Hacker News new | ask | show | jobs
by corresation 4566 days ago
This all sounds rather terrible for Ruby, doesn't it? It isn't so much that the short string is faster (though I'm left unclear whether it itself is on the stack/heap, though given the GC nature of Ruby and practical considerations of the language, it must be the heap), but rather that the cost of the short string is also added to the long string in the heap (assumed) allocation of the RString (which becomes larger and thus more difficult to malloc).

If this is intended to sit on the stack, which I find highly unlikely (especially given the timings that seem to be the delta between one malloc and two, and would be much more significant if it were a stack allocation versus a heap allocation. This is not comparable to small string optimizations for the stack in C++), maybe. But otherwise it seems like a poorly considered hack.

The string type could as easily have been dynamically allocated based upon the length of the string, where the ptr by default points inside that same allocated block. If the string is expanded it can then be realloced and the string alloced somewhere else. No waste, a single allocation, etc.

2 comments

    allocation of the RString (which becomes larger and thus more difficult to malloc), and the 23 string bytes that will sit unused for longer strings.
I got the distinct impression (backed up by an actual code snippet defining the max embedded string size) that the 23 byte limit was calculated to exactly match the size of the data that would otherwise have to be stored for a heap string anyway. Thus, it doesn't actually take any extra space in the struct, and those 23 bytes do not go unused in other strings.
You're exactly right on the union: I tried to edit out my error on that before someone noticed (my principal point is about the mallocs), but your comment appeared right as I saved. Shame be upon me.

So this holds (on a 64-bit machine) 8-bytes for the pointer, 8-bytes for the length (string not null terminated), and 8-bytes for the capacity. Alternately, via a union, it stores 24 bytes of string (null terminated). It knows whether it is a or b via a separate flag that it holds separately in RBasic.

I retract my jab about memory loss, but it still sounds rather terrible. Every bit of code dealing with strings needs to validate flags on every use to determine what it is dealing with, alternate between length specified or null terminated, etc. Ugh.

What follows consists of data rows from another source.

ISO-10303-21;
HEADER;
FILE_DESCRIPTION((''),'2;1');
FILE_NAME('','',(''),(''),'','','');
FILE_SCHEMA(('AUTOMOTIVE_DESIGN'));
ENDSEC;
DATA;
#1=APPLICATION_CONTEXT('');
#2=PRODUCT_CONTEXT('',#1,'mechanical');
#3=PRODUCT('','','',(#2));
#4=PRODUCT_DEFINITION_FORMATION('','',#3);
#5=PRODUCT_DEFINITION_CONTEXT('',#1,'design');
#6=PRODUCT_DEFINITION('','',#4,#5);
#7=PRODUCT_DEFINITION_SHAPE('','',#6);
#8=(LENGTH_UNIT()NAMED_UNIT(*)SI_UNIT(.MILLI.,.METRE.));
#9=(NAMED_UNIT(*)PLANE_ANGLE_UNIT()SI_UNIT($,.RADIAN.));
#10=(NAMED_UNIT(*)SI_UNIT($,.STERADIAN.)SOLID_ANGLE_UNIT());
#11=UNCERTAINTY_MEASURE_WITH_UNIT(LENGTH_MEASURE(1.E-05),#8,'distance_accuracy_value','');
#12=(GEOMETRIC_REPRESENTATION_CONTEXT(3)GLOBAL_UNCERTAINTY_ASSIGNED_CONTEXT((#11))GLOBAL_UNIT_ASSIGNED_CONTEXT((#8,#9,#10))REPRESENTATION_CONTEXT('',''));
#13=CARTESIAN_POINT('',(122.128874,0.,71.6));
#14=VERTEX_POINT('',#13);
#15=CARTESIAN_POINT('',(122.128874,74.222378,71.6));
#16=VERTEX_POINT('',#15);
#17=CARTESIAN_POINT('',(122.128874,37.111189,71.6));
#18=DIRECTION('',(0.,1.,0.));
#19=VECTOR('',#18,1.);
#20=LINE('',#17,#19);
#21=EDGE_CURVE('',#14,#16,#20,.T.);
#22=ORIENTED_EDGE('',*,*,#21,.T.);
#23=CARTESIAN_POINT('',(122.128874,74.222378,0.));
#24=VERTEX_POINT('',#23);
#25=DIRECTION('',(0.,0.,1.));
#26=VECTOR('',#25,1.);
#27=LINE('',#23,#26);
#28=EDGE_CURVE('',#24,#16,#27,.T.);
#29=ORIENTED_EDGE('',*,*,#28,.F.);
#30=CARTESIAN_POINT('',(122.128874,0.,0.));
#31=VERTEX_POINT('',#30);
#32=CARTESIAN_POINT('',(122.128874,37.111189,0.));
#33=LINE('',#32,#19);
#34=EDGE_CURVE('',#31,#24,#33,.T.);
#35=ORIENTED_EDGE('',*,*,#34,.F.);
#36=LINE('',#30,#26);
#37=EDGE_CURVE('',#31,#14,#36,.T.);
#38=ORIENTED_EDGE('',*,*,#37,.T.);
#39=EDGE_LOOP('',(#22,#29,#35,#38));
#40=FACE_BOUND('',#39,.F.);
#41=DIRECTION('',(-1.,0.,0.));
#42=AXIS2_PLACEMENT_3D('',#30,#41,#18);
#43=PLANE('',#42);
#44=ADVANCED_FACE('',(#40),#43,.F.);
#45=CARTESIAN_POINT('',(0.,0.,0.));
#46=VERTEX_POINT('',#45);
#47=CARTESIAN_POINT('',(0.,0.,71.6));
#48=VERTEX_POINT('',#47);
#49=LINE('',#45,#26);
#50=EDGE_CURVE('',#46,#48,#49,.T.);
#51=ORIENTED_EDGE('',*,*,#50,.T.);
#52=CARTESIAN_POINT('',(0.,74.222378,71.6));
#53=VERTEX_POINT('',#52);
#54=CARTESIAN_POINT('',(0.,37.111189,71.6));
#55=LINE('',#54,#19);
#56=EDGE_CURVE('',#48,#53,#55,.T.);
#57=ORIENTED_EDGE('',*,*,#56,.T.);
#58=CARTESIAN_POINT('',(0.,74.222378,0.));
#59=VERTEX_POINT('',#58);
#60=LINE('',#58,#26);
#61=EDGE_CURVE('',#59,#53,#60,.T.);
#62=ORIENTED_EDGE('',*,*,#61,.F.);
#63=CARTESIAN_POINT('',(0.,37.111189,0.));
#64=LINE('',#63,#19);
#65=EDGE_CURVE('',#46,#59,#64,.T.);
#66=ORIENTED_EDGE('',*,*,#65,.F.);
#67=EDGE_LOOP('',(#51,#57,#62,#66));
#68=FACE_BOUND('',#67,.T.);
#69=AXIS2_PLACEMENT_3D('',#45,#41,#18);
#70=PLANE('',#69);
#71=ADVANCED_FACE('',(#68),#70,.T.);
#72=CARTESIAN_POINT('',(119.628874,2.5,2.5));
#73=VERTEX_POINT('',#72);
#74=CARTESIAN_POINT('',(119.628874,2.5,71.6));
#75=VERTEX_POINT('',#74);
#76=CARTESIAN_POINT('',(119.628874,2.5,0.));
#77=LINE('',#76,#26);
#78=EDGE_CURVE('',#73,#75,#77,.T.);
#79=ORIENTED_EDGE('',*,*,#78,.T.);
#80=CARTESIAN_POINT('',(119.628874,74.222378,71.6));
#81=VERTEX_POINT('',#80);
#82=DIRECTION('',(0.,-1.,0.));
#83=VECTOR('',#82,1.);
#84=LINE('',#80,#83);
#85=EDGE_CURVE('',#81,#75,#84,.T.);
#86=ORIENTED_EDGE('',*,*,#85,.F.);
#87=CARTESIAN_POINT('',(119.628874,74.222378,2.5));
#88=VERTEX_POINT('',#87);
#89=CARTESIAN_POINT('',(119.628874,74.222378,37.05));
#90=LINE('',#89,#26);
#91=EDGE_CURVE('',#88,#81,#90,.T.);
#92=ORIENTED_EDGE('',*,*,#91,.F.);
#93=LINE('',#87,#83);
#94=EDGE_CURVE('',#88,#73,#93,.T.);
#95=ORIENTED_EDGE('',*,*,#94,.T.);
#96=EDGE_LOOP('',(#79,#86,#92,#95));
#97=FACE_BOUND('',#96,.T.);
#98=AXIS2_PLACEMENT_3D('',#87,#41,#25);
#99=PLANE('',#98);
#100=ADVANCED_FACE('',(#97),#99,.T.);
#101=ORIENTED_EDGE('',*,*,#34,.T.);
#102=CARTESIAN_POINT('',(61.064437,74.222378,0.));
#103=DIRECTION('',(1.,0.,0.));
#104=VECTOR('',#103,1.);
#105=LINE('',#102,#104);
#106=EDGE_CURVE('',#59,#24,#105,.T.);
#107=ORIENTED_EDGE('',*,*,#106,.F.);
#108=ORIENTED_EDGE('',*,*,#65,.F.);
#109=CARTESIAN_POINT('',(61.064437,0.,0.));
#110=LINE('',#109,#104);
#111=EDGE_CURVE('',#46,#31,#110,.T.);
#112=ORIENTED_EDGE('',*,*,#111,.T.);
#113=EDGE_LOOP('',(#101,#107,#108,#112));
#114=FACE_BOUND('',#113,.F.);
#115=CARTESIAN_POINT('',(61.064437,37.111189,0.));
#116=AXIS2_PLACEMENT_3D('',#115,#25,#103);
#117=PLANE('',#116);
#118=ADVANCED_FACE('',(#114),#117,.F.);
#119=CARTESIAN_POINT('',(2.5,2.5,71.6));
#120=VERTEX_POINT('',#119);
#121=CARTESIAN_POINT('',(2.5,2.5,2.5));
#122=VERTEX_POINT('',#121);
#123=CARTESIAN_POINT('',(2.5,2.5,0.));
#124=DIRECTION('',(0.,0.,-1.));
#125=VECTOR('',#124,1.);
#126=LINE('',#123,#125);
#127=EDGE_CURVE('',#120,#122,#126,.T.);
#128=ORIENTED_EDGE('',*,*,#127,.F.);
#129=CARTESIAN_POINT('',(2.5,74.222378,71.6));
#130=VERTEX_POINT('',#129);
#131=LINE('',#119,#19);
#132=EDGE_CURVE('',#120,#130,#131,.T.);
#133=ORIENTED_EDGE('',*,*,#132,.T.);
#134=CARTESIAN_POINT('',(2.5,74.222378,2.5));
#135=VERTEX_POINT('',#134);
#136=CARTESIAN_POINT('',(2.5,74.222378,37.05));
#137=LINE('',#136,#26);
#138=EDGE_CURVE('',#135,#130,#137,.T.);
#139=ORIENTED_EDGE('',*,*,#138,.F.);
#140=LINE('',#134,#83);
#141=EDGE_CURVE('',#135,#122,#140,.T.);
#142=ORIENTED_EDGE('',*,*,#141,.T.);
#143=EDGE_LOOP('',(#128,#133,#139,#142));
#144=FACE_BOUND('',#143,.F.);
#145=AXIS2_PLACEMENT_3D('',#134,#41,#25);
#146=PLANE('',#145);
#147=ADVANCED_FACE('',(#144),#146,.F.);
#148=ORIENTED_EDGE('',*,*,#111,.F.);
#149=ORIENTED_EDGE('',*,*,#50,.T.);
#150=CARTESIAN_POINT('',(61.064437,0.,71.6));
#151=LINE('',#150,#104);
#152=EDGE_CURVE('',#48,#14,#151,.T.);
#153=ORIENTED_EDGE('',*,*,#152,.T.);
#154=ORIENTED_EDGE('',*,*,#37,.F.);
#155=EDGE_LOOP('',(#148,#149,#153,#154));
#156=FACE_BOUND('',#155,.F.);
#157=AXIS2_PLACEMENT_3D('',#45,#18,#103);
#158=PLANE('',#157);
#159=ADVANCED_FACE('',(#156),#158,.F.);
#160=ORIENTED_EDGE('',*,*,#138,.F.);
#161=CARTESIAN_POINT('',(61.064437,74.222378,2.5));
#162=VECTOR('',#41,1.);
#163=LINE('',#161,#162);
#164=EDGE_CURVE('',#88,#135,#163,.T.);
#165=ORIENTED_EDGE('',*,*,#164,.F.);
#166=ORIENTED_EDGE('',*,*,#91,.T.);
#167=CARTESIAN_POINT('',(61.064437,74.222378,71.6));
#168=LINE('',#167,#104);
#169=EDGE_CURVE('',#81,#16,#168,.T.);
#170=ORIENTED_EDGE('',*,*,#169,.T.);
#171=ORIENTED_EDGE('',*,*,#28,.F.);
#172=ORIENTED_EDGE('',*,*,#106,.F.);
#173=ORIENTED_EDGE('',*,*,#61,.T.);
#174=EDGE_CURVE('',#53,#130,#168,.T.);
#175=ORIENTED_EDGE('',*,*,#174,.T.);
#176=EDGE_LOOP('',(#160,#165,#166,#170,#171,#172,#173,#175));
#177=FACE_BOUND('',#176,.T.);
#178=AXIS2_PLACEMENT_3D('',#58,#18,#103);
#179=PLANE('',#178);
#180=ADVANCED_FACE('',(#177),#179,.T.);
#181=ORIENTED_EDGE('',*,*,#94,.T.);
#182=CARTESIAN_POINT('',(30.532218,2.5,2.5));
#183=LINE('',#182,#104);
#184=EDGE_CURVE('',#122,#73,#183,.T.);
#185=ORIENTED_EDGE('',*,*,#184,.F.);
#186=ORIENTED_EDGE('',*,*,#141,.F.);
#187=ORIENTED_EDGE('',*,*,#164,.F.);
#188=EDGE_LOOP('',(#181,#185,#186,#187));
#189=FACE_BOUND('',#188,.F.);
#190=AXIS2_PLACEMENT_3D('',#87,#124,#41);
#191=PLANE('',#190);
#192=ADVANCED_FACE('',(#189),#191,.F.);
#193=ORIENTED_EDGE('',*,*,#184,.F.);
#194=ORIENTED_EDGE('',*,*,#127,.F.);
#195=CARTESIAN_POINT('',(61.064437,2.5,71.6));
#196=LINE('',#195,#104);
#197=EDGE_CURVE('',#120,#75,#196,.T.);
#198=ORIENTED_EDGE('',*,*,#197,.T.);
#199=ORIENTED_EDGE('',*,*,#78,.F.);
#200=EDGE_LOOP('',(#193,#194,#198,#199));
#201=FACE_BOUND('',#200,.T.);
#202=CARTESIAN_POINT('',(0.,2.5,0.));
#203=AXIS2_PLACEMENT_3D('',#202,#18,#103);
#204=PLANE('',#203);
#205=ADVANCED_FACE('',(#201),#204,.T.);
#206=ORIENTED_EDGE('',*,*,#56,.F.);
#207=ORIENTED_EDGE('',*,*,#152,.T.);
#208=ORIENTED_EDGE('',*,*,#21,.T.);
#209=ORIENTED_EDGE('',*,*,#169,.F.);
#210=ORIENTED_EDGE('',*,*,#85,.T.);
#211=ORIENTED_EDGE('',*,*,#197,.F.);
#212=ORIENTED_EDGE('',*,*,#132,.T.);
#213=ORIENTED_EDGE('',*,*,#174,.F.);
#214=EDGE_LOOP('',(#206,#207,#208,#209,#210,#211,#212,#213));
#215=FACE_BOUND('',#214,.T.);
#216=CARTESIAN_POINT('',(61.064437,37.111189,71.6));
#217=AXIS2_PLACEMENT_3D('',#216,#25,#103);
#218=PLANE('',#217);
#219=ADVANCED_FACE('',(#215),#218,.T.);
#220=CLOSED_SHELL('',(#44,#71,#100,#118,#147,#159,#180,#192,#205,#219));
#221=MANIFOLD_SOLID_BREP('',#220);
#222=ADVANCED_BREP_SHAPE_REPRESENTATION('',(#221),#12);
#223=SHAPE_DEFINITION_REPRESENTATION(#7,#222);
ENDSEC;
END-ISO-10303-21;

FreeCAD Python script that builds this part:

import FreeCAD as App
import Part
import Sketcher

V = App.Vector
Q = App.Units.Quantity


def faces_at(feature, points):
    """Names of the faces that lie closest to the given points."""
    faces = feature.Shape.Faces
    near = lambda p: min(range(len(faces)), key=lambda i: faces[i].distToShape(Part.Vertex(*p))[0])
    return sorted({f"Face{near(p) + 1}" for p in points})

doc = App.newDocument("Part")
body = doc.addObject("PartDesign::Body", "Body")

# Sketch on XY plane
sketch1 = body.newObject("Sketcher::SketchObject", "Sketch")
sketch1.AttachmentSupport = (doc.getObject("XY_Plane"), [""])
sketch1.MapMode = "FlatFace"
sketch1.addGeometry(Part.LineSegment(V(0, 74, 0), V(0, 0, 0)), False)
sketch1.addGeometry(Part.LineSegment(V(0, 0, 0), V(122, 0, 0)), False)
sketch1.addGeometry(Part.LineSegment(V(122, 0, 0), V(122, 74, 0)), False)
sketch1.addGeometry(Part.LineSegment(V(122, 74, 0), V(0, 74, 0)), False)
sketch1.addConstraint(Sketcher.Constraint("Coincident", 0, 2, 1, 1))
sketch1.addConstraint(Sketcher.Constraint("Coincident", 1, 2, 2, 1))
sketch1.addConstraint(Sketcher.Constraint("Coincident", 2, 2, 3, 1))
sketch1.addConstraint(Sketcher.Constraint("Coincident", 3, 2, 0, 1))
sketch1.addConstraint(Sketcher.Constraint("Vertical", 0))
sketch1.addConstraint(Sketcher.Constraint("Horizontal", 1))
sketch1.addConstraint(Sketcher.Constraint("Vertical", 2))
sketch1.addConstraint(Sketcher.Constraint("Horizontal", 3))
sketch1.addConstraint(Sketcher.Constraint("Coincident", 0, 2, -1, 1))
sketch1.addConstraint(Sketcher.Constraint("DistanceY", 0, 2, 0, 1, Q("74.222378 mm")))
sketch1.addConstraint(Sketcher.Constraint("DistanceX", 1, 1, 1, 2, Q("122.128874 mm")))
pad1 = body.newObject("PartDesign::Pad", "Pad")
pad1.Profile = sketch1
pad1.Length = 71.6
doc.recompute()

thickness = body.newObject("PartDesign::Thickness", "Thickness")
thickness.Base = (pad1, faces_at(pad1, [(61.064, 37.111, 71.6)]))
thickness.Value = 2.5
thickness.Reversed = True
thickness.Join = "Arc"

# Sketch on XZ plane
sketch2 = body.newObject("Sketcher::SketchObject", "Sketch001")
sketch2.AttachmentSupport = (doc.getObject("XZ_Plane"), [""])
sketch2.MapMode = "FlatFace"
sketch2.AttachmentOffset = App.Placement(V(0, 0, -74.222378), App.Rotation())
sketch2.addGeometry(Part.LineSegment(V(120, 72, 0), V(120, 2, 0)), False)
sketch2.addGeometry(Part.LineSegment(V(120, 2, 0), V(2, 2, 0)), False)
sketch2.addGeometry(Part.LineSegment(V(2, 2, 0), V(2, 72, 0)), False)
sketch2.addGeometry(Part.LineSegment(V(2, 72, 0), V(120, 72, 0)), False)
sketch2.addConstraint(Sketcher.Constraint("Coincident", 0, 2, 1, 1))
sketch2.addConstraint(Sketcher.Constraint("Coincident", 1, 2, 2, 1))
sketch2.addConstraint(Sketcher.Constraint("Coincident", 2, 2, 3, 1))
sketch2.addConstraint(Sketcher.Constraint("Coincident", 3, 2, 0, 1))
sketch2.addConstraint(Sketcher.Constraint("Vertical", 0))
sketch2.addConstraint(Sketcher.Constraint("Horizontal", 1))
sketch2.addConstraint(Sketcher.Constraint("Vertical", 2))
sketch2.addConstraint(Sketcher.Constraint("Horizontal", 3))
sketch2.addConstraint(Sketcher.Constraint("DistanceY", 0, 2, 0, 1, Q("69.1 mm")))
sketch2.addConstraint(Sketcher.Constraint("DistanceY", -1, 1, 0, 2, Q("2.5 mm")))
sketch2.addConstraint(Sketcher.Constraint("DistanceX", -1, 1, 1, 2, Q("2.5 mm")))
sketch2.addConstraint(Sketcher.Constraint("DistanceX", 1, 2, 1, 1, Q("117.128874 mm")))
pocket1 = body.newObject("PartDesign::Pocket", "Pocket")
pocket1.Profile = sketch2
pocket1.Length = 25
pocket1.Reversed = True

doc.recompute()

Look up a C++ string implementation sometime, and you'll find that this is almost exactly how most efficient C++ string implementations do this too.

And it doesn't need to alternate between length specified or null terminated - they're all length specified (or how do you think short Ruby strings are also able to store ASCII NUL)

> but rather that the cost of the short string is also added to the long string

The key point is that for short strings, you're not adding it to the cost of the long string, but instead overwriting the data that you would track the long string.

In other words, the memory layout you get is this:

     short:
       [Rbasic]['s', 't', 'r', 'i', 'n', 'g', '\0']
     long:
       [Rbasic][ length ][ dataptr ][capa or value]
Which leads to another interesting question: How does the optimization interact with null in the middle of short strings, since only long strings have a length stored? Does Ruby check for embedded null when creating a string, and disable this optimization?